Find out mass of 3 soylent 1.5 powder meals per day, multiply by concentration, see if it takes you over the daily limit.

#files.soylent.com/pdf/soylent-nutrition-facts.pdf
#115 grams per serving, 4 servings per pouch.
#460 grams per day -> 0.46 kg

#Cadmium intake per day 
0.46*max_data_for_hclust[272,1]
## [1] 0.08556
#That's 0.08556 mg

#Lead:
0.46*max_data_for_hclust[272,2]
## [1] 0.01978
#That's 0.01978 mg

##FDA limits:
#Limits for solid food - lead 6 ppm, liquid food 1 ppm
#Cadmium - 0.1 ppm for "cereals and vegetables"
#The Prop 65 safe harbor level for lead is 0.5 micrograms per day. 60x lower than avg exposure EPA permits in drinking water -> amount they found in Soylent was 1/5 to 1/2 lower than what EPA permits in drinking water

#mg/kg converts 1:1 to ppm, as you can see through dimensional analysis.

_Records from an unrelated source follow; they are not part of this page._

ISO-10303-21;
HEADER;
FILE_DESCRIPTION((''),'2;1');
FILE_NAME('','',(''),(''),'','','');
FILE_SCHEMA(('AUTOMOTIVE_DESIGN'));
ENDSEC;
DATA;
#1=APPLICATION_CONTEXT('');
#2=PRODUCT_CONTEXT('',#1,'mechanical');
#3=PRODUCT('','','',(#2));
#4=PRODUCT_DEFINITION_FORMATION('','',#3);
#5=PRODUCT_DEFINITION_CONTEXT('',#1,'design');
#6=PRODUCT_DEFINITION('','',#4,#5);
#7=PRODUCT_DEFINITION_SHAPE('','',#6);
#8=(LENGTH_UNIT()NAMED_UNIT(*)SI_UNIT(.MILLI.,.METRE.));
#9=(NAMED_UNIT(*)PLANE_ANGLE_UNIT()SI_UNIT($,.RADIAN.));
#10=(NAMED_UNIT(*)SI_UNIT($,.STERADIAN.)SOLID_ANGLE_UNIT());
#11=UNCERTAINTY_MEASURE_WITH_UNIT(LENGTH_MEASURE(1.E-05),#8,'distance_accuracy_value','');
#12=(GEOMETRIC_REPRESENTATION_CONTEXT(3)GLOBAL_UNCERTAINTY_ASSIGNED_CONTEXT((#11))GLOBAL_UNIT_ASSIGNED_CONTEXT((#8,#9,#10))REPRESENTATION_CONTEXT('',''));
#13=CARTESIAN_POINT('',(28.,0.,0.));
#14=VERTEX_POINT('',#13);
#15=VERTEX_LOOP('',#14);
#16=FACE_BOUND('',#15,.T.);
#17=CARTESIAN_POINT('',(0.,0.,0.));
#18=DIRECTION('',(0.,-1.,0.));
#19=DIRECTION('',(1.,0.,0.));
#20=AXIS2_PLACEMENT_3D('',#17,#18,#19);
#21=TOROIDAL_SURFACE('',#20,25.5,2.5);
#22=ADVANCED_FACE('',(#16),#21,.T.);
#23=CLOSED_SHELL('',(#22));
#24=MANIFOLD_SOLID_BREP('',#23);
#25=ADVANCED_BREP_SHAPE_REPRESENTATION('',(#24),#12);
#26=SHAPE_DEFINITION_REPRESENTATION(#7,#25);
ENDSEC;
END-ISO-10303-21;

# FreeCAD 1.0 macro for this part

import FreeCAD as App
import Part
import Sketcher
from FreeCAD import Vector
Q = App.Units.Quantity

doc = App.newDocument("Part")
body = doc.addObject("PartDesign::Body", "Body")

# Sketch on XY plane
sketch1 = doc.addObject("Sketcher::SketchObject", "Sketch")
body.addObject(sketch1)
sketch1.AttachmentSupport = (doc.XY_Plane, [""])
sketch1.MapMode = "FlatFace"
sketch1.addGeometry(Part.Circle(Vector(-25.5, 0, 0), Vector(0, 0, 1), 2.5), False)
sketch1.addConstraint([
    Sketcher.Constraint("PointOnObject", 0, 3, -1),
    Sketcher.Constraint("Diameter", 0, Q("5 mm")),
    Sketcher.Constraint("DistanceX", 0, 3, -1, 1, Q("25.5 mm")),
])
revolution = doc.addObject("PartDesign::Revolution", "Revolution")
body.addObject(revolution)
revolution.Profile = sketch1
revolution.ReferenceAxis = (sketch1, ["V_Axis"])
revolution.Angle = 360

doc.recompute()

So, lead concentration is 1/2 what FDA allows in liquid food, and is well over the (more cautious) Prop 65 safe harbor level.

The cadmium level is higher than the FDA cereals-and-vegetables limit, and if liquid makes it more bioavailable that is a real problem. That scared me more than the lead.

That’s why I stopped eating Soylent 1.5. I never tried 2.0 because I found the powder more convenient than keeping bottles of liquid around - and also the early on stories of people finding mold in 2.0. I’ve since gotten into cooking rather than trying to live on meal replacements, but if you have a trustworthy sort-of-food feel free to tell me about it.